| Exercise objective |
Which of the lines below contain the string "amount"? Pull each one out of the data.

| Records drawn from a dataset |
⟨

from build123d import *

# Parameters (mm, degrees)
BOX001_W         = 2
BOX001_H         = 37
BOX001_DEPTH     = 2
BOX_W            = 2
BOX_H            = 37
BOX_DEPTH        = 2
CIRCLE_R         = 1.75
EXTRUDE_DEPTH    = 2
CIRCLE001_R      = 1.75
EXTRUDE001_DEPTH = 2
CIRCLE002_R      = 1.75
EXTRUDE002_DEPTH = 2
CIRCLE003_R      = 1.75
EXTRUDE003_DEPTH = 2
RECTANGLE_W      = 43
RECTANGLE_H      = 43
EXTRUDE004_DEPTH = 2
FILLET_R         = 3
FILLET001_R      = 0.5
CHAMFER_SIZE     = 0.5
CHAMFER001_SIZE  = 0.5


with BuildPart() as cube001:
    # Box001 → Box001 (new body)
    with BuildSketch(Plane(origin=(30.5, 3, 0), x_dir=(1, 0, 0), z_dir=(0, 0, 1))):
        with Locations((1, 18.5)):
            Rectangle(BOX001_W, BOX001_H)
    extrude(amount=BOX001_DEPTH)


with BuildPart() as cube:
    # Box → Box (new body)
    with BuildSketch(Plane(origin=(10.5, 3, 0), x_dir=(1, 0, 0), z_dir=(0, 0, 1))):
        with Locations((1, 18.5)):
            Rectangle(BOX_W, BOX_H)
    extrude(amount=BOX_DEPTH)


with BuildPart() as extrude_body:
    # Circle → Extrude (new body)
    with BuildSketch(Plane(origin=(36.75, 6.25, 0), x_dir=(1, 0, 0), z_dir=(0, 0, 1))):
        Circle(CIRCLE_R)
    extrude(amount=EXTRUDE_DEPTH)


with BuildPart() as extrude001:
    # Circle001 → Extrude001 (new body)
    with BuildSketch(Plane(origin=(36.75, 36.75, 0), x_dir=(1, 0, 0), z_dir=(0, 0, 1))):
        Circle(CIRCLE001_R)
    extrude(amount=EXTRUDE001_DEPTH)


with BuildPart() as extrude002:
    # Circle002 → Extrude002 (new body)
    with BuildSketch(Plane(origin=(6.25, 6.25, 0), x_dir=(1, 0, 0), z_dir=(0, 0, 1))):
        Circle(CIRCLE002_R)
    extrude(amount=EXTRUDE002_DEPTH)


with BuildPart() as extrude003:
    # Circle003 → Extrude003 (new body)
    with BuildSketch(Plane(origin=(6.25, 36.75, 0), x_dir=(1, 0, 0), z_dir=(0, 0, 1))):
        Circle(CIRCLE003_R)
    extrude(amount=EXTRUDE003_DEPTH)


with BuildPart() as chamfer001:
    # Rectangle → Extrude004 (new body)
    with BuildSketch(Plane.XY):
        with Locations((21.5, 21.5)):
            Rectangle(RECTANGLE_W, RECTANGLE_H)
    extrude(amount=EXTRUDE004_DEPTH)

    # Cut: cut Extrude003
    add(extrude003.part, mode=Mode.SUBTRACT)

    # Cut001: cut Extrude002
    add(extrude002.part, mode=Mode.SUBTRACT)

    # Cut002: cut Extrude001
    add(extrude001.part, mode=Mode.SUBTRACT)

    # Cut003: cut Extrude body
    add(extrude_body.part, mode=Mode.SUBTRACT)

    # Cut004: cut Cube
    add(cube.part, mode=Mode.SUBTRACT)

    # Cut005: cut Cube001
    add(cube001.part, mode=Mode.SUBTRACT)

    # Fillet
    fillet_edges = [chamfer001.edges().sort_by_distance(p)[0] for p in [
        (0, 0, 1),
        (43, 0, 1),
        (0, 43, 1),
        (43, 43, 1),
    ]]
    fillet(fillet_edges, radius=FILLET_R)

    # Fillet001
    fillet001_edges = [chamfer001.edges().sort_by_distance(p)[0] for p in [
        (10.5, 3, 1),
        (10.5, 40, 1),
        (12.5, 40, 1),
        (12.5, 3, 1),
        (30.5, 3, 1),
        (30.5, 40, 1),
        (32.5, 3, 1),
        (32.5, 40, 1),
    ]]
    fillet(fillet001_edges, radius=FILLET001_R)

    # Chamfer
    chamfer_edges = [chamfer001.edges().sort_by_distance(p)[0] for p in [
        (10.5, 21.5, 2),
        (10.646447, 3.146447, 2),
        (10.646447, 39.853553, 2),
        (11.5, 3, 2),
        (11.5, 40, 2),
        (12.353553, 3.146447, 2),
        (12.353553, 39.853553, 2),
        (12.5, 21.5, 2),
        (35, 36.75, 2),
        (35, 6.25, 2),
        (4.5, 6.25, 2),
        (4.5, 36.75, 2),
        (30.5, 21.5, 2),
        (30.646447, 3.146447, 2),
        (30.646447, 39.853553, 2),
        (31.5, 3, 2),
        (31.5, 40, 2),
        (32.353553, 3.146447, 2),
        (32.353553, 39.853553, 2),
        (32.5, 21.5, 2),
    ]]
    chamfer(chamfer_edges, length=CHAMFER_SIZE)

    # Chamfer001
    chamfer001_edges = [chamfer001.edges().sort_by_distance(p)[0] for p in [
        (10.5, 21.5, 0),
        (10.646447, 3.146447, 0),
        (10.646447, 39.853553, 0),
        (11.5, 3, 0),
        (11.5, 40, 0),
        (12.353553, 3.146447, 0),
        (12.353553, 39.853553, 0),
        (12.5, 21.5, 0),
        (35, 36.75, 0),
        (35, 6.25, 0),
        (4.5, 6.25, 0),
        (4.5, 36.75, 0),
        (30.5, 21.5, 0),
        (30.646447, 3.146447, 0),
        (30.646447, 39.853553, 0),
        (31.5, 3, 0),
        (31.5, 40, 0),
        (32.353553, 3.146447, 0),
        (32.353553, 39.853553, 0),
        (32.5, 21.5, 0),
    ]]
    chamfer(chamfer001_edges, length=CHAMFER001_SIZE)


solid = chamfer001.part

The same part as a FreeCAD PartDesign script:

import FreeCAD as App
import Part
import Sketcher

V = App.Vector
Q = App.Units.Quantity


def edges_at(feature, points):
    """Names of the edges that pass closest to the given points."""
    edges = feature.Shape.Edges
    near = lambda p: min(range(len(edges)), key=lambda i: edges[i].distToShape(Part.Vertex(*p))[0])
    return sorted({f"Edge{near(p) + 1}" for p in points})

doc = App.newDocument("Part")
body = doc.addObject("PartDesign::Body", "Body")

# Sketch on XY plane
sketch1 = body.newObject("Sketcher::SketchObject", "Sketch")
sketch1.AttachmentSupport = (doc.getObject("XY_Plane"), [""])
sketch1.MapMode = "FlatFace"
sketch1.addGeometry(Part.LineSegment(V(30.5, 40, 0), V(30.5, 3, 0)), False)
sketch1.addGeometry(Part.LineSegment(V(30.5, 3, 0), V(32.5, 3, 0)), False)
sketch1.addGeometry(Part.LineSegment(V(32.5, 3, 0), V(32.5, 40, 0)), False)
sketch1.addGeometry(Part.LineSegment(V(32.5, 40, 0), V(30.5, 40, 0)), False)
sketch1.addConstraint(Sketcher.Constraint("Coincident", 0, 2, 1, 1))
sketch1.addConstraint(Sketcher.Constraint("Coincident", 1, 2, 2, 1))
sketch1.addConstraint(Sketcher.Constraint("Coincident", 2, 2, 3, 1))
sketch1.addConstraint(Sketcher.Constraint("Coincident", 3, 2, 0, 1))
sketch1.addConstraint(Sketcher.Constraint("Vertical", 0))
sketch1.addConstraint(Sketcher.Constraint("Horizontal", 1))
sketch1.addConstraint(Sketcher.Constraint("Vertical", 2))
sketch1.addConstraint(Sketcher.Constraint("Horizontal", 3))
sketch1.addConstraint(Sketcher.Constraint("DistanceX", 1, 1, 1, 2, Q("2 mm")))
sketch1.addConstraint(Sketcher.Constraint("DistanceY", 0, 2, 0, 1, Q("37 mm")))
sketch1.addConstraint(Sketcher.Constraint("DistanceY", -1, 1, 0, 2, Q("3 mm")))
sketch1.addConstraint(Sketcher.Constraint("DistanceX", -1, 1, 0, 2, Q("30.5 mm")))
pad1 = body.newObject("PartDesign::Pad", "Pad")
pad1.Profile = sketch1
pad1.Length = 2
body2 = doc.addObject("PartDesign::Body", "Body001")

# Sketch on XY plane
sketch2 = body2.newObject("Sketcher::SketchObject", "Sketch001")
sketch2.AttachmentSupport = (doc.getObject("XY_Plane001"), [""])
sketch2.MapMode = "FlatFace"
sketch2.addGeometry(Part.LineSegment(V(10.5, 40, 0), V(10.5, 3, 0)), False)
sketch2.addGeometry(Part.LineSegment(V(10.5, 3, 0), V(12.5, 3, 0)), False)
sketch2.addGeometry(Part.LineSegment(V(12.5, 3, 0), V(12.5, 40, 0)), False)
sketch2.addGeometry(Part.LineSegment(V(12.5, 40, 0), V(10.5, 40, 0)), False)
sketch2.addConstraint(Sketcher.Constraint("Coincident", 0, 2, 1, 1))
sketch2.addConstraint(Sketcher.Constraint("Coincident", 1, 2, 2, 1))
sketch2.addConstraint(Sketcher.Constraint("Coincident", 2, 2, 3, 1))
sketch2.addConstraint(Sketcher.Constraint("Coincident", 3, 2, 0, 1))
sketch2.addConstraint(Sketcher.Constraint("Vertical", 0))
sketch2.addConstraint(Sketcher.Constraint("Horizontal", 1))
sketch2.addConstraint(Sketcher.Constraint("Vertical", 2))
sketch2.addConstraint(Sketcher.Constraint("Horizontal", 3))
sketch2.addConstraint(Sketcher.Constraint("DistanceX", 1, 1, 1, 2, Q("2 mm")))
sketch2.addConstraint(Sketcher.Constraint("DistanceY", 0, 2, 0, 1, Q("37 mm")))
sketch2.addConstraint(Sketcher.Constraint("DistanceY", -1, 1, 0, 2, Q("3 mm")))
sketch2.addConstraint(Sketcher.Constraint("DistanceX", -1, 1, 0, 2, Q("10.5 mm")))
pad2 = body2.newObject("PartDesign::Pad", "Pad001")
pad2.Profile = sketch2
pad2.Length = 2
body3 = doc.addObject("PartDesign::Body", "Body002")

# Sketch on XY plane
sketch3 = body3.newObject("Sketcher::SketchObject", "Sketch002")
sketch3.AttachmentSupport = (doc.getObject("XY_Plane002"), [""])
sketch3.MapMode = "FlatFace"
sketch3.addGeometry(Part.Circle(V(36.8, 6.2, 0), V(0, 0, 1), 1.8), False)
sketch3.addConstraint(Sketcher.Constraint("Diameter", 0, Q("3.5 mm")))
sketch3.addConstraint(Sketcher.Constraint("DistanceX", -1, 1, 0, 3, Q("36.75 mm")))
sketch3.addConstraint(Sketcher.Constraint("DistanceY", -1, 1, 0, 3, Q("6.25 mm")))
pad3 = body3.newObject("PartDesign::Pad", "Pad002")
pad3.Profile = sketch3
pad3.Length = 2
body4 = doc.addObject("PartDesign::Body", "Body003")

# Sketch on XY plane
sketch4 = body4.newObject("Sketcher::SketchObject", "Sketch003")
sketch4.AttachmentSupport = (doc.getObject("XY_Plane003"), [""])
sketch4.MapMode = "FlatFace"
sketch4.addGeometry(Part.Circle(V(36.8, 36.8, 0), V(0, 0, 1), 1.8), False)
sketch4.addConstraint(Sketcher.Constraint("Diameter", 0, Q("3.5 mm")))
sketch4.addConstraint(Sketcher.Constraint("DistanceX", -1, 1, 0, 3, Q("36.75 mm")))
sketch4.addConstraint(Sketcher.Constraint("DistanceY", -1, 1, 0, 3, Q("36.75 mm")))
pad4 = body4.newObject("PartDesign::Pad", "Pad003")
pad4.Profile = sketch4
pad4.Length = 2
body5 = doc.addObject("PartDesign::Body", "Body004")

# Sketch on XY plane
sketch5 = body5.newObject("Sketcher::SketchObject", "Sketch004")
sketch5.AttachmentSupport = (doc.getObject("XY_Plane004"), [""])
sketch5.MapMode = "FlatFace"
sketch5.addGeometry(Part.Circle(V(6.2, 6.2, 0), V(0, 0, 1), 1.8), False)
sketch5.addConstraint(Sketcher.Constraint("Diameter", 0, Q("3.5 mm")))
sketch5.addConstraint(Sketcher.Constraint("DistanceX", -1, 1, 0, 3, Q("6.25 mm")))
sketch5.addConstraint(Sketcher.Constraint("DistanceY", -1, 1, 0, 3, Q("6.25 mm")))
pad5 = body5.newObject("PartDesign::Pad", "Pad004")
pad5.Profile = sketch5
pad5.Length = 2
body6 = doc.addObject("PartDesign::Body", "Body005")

⟩
⟨

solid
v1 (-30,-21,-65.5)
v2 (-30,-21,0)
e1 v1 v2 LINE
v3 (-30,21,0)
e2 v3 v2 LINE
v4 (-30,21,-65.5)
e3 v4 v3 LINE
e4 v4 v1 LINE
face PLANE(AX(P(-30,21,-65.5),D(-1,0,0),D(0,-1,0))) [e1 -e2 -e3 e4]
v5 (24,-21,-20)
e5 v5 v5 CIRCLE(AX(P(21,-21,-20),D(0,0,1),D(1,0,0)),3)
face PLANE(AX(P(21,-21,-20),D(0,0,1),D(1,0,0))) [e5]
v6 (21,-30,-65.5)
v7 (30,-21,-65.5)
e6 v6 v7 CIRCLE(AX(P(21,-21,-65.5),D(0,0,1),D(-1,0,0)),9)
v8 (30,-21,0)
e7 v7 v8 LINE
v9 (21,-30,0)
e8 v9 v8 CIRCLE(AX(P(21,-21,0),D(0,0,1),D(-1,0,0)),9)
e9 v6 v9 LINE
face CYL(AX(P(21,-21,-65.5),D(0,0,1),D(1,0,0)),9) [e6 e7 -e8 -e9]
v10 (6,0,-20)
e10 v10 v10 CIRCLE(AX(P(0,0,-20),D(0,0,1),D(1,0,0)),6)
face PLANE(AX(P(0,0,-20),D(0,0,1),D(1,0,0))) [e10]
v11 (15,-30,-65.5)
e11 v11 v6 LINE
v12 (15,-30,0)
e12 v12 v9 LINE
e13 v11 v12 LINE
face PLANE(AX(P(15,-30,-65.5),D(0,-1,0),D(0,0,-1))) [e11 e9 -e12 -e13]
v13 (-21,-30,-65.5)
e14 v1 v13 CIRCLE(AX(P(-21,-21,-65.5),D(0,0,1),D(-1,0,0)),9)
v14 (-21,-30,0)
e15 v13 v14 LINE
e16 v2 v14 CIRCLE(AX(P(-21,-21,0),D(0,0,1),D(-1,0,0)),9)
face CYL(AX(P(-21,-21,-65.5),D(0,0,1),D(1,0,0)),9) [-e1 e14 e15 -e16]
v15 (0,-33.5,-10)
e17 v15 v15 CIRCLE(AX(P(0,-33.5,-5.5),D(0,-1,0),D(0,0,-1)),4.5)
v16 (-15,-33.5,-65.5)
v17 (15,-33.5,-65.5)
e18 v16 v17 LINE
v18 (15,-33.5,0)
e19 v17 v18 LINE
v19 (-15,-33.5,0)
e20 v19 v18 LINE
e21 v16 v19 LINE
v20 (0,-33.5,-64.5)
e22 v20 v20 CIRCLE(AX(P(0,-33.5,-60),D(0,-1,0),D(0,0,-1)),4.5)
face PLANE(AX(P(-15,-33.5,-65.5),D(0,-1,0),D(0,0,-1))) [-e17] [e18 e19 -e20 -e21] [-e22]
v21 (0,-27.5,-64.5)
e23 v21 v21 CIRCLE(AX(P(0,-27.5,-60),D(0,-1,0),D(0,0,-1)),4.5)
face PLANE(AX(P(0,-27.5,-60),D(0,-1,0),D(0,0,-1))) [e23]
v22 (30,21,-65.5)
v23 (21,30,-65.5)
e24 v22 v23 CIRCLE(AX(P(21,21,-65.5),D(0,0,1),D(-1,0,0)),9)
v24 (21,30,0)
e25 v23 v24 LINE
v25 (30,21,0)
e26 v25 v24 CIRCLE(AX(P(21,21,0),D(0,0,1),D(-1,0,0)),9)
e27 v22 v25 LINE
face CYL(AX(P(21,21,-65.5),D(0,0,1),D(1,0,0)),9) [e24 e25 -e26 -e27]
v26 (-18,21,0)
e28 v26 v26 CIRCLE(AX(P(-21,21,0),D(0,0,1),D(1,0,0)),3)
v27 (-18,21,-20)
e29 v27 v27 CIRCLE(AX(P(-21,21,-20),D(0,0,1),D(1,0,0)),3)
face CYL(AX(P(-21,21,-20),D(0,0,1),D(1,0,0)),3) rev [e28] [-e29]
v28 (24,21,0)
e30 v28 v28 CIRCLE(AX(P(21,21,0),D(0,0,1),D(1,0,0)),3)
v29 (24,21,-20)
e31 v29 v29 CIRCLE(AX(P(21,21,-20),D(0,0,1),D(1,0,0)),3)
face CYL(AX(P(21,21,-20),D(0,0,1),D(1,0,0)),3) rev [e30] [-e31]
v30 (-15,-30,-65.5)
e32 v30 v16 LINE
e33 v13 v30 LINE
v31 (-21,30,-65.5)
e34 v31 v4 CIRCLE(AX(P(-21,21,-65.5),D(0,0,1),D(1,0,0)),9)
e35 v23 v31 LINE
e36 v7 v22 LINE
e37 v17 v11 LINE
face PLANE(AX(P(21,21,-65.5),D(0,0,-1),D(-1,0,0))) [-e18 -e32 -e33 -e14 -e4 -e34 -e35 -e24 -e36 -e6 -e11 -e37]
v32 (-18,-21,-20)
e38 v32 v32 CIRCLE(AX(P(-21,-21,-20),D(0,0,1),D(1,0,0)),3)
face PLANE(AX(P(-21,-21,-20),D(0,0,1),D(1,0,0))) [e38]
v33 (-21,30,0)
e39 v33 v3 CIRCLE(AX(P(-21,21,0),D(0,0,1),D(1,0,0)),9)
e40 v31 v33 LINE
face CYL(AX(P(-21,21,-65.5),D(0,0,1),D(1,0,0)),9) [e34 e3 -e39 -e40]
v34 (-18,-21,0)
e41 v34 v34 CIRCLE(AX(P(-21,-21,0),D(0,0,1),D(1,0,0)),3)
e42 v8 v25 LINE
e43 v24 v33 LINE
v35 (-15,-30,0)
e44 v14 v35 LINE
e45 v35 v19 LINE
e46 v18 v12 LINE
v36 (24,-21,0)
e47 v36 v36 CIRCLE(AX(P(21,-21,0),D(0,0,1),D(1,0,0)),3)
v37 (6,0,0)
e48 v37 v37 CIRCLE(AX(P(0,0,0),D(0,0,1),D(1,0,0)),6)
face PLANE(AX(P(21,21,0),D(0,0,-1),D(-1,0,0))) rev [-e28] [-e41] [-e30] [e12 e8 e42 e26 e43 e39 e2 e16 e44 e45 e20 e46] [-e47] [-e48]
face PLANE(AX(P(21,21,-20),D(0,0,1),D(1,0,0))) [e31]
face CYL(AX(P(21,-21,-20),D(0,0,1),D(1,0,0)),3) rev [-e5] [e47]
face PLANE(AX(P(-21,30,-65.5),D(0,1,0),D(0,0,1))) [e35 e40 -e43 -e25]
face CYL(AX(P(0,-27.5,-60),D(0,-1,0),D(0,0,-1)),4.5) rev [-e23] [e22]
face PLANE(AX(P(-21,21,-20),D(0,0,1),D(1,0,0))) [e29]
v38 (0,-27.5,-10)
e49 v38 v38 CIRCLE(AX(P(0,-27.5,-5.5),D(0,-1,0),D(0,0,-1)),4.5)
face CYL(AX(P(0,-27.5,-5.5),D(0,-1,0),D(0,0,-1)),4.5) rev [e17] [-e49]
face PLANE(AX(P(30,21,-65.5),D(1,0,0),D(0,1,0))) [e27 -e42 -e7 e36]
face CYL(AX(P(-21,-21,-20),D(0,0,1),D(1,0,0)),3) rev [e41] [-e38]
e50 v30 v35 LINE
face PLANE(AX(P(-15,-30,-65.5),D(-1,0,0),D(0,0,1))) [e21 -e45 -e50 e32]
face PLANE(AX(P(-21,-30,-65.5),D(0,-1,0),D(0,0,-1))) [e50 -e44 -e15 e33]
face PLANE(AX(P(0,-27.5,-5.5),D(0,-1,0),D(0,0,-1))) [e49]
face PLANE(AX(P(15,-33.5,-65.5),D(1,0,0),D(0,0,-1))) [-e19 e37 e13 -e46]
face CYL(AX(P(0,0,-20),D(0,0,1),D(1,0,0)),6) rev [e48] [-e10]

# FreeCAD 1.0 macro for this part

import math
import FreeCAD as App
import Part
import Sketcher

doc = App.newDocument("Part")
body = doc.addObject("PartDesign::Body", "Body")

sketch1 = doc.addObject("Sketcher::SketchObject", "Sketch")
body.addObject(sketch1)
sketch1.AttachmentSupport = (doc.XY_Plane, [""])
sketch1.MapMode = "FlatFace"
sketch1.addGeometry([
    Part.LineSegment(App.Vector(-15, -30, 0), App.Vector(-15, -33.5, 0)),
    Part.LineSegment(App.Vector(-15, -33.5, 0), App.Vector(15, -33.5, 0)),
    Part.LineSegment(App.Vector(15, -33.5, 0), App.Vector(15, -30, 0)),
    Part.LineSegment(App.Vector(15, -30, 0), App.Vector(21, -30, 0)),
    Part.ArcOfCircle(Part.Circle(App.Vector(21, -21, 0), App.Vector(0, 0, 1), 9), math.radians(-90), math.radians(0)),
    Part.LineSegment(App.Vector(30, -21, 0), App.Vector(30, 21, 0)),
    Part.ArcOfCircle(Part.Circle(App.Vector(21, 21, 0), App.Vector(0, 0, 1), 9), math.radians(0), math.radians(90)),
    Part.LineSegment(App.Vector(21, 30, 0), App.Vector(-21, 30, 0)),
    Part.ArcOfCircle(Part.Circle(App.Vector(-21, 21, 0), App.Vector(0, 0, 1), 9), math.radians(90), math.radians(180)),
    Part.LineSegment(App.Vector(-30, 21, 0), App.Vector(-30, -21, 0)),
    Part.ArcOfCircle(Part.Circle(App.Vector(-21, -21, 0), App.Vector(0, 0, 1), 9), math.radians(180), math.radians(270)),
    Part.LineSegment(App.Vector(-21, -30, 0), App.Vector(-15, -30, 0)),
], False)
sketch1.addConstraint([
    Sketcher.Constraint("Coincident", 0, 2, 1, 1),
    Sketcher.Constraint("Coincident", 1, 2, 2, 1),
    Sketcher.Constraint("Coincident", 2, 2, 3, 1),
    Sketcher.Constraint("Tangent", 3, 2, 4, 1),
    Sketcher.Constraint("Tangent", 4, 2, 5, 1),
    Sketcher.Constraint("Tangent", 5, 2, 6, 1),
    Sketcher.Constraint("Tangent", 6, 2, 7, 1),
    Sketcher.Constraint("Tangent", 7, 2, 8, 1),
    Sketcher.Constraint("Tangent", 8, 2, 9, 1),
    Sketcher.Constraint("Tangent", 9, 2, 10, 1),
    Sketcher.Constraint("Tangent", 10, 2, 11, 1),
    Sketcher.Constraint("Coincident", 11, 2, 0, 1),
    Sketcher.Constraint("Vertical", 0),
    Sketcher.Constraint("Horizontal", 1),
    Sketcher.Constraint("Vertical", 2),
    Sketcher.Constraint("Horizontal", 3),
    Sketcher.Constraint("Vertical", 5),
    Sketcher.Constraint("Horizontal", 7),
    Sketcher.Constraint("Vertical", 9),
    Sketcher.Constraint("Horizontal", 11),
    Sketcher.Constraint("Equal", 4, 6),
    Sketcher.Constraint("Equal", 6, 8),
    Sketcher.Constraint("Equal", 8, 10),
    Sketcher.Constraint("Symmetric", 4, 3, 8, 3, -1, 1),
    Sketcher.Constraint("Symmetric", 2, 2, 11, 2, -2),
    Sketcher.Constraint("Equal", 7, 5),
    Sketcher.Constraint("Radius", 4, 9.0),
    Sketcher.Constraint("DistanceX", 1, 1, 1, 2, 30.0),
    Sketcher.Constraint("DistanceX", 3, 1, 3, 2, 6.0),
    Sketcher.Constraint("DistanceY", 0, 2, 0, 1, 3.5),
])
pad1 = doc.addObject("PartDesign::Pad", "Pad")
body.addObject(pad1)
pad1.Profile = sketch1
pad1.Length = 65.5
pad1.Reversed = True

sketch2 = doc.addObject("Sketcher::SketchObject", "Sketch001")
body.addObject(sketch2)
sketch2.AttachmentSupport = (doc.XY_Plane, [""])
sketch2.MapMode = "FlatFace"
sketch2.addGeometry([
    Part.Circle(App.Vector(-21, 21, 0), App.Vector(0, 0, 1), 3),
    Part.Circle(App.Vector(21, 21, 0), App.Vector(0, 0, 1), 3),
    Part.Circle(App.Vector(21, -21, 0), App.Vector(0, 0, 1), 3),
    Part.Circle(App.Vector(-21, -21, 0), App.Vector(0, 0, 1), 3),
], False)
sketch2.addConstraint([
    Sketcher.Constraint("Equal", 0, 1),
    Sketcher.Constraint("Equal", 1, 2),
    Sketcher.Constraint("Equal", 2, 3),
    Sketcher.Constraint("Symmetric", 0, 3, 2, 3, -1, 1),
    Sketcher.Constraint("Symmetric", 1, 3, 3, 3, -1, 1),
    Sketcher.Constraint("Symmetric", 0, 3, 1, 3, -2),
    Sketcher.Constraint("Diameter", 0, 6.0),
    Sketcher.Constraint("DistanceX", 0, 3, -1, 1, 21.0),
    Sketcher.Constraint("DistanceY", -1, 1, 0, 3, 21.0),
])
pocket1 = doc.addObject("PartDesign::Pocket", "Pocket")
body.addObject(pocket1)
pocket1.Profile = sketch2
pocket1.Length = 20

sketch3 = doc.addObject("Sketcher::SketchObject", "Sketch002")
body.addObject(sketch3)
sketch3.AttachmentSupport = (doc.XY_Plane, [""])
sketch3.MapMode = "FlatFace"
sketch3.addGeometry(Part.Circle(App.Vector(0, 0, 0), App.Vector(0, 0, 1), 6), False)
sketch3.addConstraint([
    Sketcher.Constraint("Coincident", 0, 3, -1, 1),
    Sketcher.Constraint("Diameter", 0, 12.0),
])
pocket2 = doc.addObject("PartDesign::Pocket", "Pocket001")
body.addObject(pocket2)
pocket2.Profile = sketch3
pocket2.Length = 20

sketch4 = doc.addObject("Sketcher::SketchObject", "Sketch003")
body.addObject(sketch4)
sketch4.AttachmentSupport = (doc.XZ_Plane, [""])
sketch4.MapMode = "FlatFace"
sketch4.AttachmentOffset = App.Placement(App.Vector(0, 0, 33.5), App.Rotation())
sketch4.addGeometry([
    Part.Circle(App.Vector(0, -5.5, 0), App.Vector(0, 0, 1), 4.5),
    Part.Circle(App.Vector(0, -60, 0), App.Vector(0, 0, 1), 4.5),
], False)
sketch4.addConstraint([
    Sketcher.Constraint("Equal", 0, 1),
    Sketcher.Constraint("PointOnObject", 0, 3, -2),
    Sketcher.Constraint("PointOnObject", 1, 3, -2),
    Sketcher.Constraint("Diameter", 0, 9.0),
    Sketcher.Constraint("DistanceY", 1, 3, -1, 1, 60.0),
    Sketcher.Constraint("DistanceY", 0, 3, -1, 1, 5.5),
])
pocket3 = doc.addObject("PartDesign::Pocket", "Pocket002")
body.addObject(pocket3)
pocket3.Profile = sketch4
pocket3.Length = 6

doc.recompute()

⟩

| Solution for this task |
    extrude(amount=BOX001_DEPTH)
    extrude(amount=BOX_DEPTH)
    extrude(amount=EXTRUDE_DEPTH)
    extrude(amount=EXTRUDE001_DEPTH)
    extrude(amount=EXTRUDE002_DEPTH)
    extrude(amount=EXTRUDE003_DEPTH)
    extrude(amount=EXTRUDE004_DEPTH)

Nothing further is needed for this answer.